All attempts to restore a replicated snapshot from our repository failed with an unknown error and there wasn’t much else to do.
Snapshots in ES are incremental, meaning the higher the frequency of snapshots, the faster they complete and the smaller they are. The initial snapshot for our largest domain took over 1.5 hours and all subsequent daily snapshots took minutes!
This observation prompted us to try to protect the initial snapshot and prevent it from being deleted by using a name suffix (-initial) for the very first snapshot created after repository creation. This initial snapshot name is then excluded from the snapshot deletion process by Curator using a regex filter.
We emptied and restarted the S3 buckets, snapshots and repositories. After waiting a few weeks for snapshots to accumulate, the restore failed again with the same cryptic error. However, this time we noticed that the initial snapshot (which we protected) was also missing!
Since we didn’t have any cycles left for the problem, we had to park it to work on other cool and awesome stuff that we’re working on here at Rewind.
Backup and Restore Athen II
Before you know it, the next quarter is upon us and it’s time for another backup and recovery athon and we recognize that this is still a gap in our disaster recovery plan. We need to be able to successfully restore the ES data to another region.
We decided to add additional logging to Lambda and review the execution logs on a daily basis. Days 1 through 6 work fine – the restore works, we can list all the snapshots, and the original one is still there. On the 7th day, something strange happened – the call to list the available snapshots returned a “not found” error for only the first snapshot.

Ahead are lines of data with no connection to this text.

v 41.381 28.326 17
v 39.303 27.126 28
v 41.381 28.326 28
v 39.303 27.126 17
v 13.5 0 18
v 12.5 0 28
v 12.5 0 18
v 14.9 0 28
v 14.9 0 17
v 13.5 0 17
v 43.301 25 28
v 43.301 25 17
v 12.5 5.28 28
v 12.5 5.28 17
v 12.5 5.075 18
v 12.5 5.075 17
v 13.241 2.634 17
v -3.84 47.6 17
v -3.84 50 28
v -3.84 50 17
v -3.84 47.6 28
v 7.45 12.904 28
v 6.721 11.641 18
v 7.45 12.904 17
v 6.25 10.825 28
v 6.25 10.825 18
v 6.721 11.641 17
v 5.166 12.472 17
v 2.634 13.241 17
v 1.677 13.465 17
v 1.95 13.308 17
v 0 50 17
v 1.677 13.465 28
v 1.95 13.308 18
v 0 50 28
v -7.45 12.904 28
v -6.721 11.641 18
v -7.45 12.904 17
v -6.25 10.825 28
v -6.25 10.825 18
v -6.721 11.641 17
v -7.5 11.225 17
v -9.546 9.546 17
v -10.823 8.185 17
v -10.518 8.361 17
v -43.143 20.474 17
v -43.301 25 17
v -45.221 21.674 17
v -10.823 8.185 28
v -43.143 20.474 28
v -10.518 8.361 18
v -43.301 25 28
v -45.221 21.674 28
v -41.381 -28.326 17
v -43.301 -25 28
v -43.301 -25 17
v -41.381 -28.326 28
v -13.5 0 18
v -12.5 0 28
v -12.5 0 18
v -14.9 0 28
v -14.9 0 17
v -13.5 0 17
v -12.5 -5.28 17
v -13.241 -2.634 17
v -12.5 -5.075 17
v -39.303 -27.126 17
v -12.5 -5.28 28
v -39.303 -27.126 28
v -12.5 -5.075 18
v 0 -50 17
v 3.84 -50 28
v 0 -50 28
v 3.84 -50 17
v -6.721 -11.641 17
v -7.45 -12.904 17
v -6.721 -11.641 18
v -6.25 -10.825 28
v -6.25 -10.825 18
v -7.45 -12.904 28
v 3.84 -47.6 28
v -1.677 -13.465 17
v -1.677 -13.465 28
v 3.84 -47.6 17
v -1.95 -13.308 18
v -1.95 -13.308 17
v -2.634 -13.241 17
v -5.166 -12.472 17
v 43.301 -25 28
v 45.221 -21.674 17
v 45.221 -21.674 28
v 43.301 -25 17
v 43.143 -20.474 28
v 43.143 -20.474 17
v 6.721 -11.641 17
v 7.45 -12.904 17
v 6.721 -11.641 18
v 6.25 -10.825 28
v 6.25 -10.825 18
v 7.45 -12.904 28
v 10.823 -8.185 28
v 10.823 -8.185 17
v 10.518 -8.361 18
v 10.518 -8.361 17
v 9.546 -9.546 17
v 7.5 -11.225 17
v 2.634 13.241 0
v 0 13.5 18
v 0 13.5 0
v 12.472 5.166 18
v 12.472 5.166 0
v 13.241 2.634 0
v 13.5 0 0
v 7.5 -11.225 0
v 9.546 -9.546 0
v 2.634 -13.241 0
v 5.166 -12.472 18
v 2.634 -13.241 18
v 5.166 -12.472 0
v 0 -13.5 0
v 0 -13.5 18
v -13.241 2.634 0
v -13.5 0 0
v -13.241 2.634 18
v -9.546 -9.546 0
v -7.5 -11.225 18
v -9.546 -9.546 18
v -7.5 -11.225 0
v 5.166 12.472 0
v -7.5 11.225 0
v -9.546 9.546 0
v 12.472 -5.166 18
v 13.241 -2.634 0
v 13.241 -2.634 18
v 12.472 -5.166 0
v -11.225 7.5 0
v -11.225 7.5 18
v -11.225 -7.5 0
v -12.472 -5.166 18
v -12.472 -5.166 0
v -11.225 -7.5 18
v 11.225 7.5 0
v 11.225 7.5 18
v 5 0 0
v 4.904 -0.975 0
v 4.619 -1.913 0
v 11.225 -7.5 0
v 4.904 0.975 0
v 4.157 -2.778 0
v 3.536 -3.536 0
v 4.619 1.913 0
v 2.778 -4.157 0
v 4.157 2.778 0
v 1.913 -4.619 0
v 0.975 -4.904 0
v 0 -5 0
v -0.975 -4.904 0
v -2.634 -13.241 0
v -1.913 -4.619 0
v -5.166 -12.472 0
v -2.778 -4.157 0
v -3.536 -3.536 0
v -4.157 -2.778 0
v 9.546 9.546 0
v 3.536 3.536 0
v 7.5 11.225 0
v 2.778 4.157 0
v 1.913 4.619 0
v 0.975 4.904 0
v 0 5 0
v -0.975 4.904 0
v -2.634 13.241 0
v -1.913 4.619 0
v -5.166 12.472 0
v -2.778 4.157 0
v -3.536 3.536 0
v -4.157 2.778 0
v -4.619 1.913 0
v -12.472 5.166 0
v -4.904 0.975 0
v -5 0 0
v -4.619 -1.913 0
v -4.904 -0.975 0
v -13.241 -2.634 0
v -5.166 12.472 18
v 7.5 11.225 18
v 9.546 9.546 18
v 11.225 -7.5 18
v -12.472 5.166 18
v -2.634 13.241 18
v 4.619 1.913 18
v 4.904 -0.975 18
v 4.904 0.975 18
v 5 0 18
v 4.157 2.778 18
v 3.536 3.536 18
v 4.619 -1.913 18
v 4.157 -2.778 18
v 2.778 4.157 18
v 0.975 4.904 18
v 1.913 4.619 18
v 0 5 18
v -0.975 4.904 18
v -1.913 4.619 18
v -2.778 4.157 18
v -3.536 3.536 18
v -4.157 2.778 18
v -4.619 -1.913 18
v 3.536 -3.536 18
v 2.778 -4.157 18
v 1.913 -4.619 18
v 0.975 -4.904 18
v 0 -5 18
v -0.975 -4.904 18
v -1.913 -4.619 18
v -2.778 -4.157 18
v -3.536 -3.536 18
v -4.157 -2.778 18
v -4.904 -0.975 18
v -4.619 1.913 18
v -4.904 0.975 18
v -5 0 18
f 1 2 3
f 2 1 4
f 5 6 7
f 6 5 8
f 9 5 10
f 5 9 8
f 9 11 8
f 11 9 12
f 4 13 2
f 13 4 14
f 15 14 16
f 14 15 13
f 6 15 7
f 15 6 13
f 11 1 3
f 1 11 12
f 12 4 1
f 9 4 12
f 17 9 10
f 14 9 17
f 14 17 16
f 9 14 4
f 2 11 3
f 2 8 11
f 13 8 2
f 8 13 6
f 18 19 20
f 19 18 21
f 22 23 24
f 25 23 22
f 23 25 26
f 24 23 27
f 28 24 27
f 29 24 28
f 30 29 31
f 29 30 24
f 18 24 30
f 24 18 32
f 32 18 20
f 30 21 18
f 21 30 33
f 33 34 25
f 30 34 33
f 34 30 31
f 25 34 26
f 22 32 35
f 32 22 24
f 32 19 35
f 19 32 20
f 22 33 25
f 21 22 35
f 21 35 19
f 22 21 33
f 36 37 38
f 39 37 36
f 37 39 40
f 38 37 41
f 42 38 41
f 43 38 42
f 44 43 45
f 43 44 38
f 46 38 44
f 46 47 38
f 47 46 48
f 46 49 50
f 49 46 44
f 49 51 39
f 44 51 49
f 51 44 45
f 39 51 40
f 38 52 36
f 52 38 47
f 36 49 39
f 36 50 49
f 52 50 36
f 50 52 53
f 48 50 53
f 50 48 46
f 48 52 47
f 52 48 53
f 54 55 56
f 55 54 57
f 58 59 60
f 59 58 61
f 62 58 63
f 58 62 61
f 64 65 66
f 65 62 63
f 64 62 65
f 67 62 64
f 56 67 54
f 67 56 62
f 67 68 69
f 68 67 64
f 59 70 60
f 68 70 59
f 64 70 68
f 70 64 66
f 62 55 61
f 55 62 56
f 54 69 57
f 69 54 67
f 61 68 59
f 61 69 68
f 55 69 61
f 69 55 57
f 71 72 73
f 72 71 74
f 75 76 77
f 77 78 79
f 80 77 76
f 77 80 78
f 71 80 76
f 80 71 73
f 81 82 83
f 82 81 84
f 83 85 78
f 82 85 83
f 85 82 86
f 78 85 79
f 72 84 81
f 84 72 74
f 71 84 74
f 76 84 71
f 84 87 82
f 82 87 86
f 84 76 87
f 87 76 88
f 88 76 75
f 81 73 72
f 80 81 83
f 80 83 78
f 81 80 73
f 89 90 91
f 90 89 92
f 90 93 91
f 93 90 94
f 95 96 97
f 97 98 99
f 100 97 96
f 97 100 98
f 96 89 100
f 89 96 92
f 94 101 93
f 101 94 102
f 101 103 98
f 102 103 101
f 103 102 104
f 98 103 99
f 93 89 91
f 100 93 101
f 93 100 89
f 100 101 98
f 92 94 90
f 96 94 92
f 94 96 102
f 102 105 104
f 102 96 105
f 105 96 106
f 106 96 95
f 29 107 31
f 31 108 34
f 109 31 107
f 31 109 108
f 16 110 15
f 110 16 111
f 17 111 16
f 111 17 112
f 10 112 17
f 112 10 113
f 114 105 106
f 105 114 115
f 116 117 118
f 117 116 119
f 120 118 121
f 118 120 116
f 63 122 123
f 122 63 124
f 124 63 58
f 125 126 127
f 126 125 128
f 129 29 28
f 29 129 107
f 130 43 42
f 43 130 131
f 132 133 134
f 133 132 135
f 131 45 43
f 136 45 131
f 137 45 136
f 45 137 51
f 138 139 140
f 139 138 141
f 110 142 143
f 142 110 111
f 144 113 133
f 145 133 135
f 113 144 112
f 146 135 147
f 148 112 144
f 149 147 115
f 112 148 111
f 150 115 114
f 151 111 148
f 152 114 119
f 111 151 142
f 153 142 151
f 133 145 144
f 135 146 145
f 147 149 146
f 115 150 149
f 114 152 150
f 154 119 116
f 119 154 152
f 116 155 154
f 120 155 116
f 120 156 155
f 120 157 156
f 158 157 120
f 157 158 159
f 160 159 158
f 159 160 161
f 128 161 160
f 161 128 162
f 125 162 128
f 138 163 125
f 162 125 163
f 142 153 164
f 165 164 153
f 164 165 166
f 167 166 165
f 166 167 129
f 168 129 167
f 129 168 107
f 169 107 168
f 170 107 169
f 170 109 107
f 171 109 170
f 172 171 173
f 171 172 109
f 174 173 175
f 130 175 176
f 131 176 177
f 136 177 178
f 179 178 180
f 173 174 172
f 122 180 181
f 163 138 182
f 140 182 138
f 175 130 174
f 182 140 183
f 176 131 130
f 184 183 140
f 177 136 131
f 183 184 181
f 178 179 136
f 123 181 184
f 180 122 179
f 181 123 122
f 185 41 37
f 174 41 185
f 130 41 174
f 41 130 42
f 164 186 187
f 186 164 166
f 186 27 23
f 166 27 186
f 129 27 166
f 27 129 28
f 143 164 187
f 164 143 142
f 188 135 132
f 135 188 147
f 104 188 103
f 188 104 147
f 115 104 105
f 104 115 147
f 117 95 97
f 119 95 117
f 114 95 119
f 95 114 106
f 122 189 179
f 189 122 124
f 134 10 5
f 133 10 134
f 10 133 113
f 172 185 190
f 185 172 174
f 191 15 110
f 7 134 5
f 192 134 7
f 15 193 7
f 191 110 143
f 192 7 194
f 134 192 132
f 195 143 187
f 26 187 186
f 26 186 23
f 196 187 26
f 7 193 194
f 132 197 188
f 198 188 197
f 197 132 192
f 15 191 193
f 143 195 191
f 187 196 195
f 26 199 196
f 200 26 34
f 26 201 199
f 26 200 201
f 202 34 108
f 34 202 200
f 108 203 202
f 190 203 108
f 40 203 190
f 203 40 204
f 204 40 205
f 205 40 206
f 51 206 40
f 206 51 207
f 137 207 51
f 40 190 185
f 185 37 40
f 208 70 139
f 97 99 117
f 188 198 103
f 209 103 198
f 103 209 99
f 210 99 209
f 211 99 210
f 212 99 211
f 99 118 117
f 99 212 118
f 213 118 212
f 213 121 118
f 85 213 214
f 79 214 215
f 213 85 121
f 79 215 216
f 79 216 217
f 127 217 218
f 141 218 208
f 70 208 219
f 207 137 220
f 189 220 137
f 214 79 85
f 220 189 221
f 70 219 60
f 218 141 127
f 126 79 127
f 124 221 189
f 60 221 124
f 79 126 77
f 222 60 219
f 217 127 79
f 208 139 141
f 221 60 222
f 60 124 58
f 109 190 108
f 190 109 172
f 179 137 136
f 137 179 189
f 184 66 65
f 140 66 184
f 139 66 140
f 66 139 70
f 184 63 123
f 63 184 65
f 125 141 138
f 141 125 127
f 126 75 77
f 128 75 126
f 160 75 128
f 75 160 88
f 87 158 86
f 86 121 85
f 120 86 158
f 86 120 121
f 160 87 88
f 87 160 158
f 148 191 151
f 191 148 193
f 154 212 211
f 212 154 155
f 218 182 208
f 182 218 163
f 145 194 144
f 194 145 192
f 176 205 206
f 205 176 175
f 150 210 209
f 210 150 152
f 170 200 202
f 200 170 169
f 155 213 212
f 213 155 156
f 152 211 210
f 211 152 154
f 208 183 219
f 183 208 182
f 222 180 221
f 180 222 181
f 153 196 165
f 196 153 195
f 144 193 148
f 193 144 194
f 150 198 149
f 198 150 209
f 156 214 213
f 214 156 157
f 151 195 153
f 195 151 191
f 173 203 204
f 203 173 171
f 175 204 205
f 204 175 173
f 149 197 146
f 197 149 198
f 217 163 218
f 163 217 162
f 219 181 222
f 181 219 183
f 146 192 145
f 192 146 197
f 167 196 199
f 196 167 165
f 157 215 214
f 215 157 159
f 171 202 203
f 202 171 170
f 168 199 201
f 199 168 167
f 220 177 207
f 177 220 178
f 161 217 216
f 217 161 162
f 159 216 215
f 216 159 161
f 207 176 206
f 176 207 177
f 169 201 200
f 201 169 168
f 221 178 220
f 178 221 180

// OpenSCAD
$fn = 32;

// ----------------------------------------------------------------------
// Impeller: 100 mm, 6 blades, 28 mm tall
// ----------------------------------------------------------------------

// --- parameters (mm) ---
boss_d = 27;              // hub diameter
boss_h = 18;              // hub height
rotor_d = 100;            // outer diameter over the blades
vane_count = 6;           // number of blades
blade_t = 2.4;            // blade thickness
blade_h = 10;             // blade height
blade_in_r = 12.5;        // blade root radius
blade_out_r = 47.6;       // blade tip radius
sweep = 30;               // blade sweep, degrees
bore_d = 10;              // shaft bore

module hub() {
  cylinder(h = boss_h, d = boss_d);
}

module blade() {
  /* blade swept between two boxes: hull of the root and the tip section */
  hull() {
    translate([blade_in_r, 0, boss_h - 1])
      cube([blade_t, blade_t * 2.2, blade_h + 1], center = false);
    rotate([0, 0, sweep])
      translate([blade_out_r, 0, boss_h - 1])
        cube([blade_t, blade_t * 1.6, blade_h + 1], center = false);
  }
}

module blades() {
  for (i = [0 : vane_count - 1])
    rotate([0, 0, i * 360 / vane_count]) blade();
}

difference() {
  union() {
    hub();
    blades();
  }
  translate([0, 0, -1]) cylinder(h = boss_h + blade_h + 0 + 3, d = bore_d);
}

What external force is deleting our snaps?
We decided to take a closer look at the contents of the S3 bucket and see that they are all UUIDs (universally unique identifiers) with a few objects correlating snapshots, except for the initial snapshot, which was missing.

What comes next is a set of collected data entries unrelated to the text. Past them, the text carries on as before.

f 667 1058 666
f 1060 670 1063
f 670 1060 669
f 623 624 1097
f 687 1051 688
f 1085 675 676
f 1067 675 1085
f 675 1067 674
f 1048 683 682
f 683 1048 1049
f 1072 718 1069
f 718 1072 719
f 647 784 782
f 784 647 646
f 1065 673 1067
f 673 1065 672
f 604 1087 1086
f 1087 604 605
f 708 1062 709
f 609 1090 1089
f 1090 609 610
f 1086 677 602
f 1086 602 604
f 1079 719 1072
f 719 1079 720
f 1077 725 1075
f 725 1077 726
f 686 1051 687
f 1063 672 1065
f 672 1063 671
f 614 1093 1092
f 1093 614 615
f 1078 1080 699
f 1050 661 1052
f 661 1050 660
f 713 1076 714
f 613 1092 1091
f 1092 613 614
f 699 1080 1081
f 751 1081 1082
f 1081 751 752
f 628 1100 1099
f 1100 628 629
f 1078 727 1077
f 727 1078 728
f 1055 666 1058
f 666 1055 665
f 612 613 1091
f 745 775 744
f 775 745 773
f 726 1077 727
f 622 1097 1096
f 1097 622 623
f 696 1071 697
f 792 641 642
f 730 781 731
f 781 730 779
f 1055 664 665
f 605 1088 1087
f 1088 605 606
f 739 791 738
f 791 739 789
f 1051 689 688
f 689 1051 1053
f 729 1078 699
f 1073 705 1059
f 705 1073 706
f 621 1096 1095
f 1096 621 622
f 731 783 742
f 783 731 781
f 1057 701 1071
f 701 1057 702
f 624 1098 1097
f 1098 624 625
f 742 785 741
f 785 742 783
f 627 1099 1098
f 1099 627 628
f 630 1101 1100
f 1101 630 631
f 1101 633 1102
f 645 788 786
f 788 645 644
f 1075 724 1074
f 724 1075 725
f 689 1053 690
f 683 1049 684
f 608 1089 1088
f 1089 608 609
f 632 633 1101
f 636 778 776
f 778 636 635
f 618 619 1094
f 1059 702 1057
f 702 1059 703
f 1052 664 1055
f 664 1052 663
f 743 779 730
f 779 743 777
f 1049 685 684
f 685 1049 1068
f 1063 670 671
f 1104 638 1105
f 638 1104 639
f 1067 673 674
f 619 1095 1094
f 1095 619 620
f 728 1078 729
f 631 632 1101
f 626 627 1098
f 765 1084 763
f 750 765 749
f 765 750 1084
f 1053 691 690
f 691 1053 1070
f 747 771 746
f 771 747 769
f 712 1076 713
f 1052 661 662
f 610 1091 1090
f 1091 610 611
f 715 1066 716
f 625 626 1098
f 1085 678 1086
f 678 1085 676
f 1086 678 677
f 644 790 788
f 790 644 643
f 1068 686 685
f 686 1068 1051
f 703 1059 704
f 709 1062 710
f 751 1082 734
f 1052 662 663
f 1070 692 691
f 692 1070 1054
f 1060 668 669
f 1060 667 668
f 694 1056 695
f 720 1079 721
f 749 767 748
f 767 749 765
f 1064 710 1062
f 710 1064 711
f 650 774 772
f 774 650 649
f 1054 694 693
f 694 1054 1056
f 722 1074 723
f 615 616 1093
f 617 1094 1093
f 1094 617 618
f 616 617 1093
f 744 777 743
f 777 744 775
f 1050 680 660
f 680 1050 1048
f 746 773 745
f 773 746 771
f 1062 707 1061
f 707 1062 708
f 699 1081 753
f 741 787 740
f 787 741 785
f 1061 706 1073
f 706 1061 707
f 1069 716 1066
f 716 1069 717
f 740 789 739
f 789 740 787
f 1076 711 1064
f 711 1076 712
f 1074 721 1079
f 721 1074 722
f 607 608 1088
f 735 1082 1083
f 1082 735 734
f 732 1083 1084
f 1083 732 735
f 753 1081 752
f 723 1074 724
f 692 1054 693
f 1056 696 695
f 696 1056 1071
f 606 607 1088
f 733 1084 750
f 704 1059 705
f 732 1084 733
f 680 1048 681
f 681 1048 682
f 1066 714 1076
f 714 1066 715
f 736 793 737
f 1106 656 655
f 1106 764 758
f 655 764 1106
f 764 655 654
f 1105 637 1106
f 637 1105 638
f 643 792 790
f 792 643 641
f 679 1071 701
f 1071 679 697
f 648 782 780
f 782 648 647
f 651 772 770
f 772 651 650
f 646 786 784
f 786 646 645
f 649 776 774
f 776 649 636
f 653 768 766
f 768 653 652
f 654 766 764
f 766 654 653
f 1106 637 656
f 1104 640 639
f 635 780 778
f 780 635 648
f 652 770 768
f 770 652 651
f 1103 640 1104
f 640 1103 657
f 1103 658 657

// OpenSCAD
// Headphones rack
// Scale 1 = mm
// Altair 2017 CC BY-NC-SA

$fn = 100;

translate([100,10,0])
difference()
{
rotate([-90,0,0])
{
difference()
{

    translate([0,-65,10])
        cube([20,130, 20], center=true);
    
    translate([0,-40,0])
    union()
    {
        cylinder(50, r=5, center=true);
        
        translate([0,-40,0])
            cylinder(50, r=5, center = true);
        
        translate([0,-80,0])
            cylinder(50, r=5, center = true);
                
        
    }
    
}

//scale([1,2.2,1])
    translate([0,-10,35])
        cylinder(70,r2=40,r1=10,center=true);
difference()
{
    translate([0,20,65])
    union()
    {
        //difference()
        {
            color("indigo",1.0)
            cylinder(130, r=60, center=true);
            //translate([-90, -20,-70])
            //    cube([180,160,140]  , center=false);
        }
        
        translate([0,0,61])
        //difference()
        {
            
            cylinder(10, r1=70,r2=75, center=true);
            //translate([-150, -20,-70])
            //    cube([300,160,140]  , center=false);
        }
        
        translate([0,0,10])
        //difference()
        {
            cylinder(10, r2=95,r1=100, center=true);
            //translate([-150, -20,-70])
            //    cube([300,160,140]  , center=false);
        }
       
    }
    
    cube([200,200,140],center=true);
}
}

We noticed the “Show Versions” toggle in the console and found it odd that the bucket had versioning enabled. We enabled the version switcher and immediately saw “clear marks” everywhere, including one on the original snapshot that corrupted the entire snapshot set.
We found very quickly that the S3 bucket we were using had a 7-day lifecycle rule that deleted all objects older than 7 days.
The lifecycle rule exists so that unmanaged objects in the buckets are automatically deleted to keep costs low and the bucket tidy.
We restored the deleted item and voila, the snapshot listing worked fine. Most importantly, the recovery was a success.
The home track
In our case, Curator needs to manage the snapshot lifecycle, so all we had to do was prevent the lifecycle rule from removing anything in our snapshot repositories by using a scoped path filter on the rule.
We created a specific S3 prefix called “/auto-purge” that the rule was scoped to. Anything older than 7 days in /auto-purge would be purged and everything else in the bucket would be left alone.
We cleaned everything up again, waited >7 days, ran the restore again with the replicated snapshots, and finally it worked perfectly – backup and restore athon finally complete!
Developing a disaster recovery plan is a tough mental exercise. Implementing and testing every part of it is even more difficult, but it’s an essential business practice that will ensure your business can weather any storm. Sure, a house fire is an unlikely occurrence, but when it does happen, you’ll probably be glad you’ve practiced what to do before smoke starts to billow.
Ensuring business continuity in the event of a vendor failure for the critical parts of your infrastructure presents new challenges, but also offers amazing opportunities to explore solutions like the one presented here. Hopefully our little adventure will help you avoid the pitfalls we encountered while building your own Elasticsearch disaster recovery plan.
note – This article was written and contributed by Mandeep Khinda, DevOps Specialist at Rewind.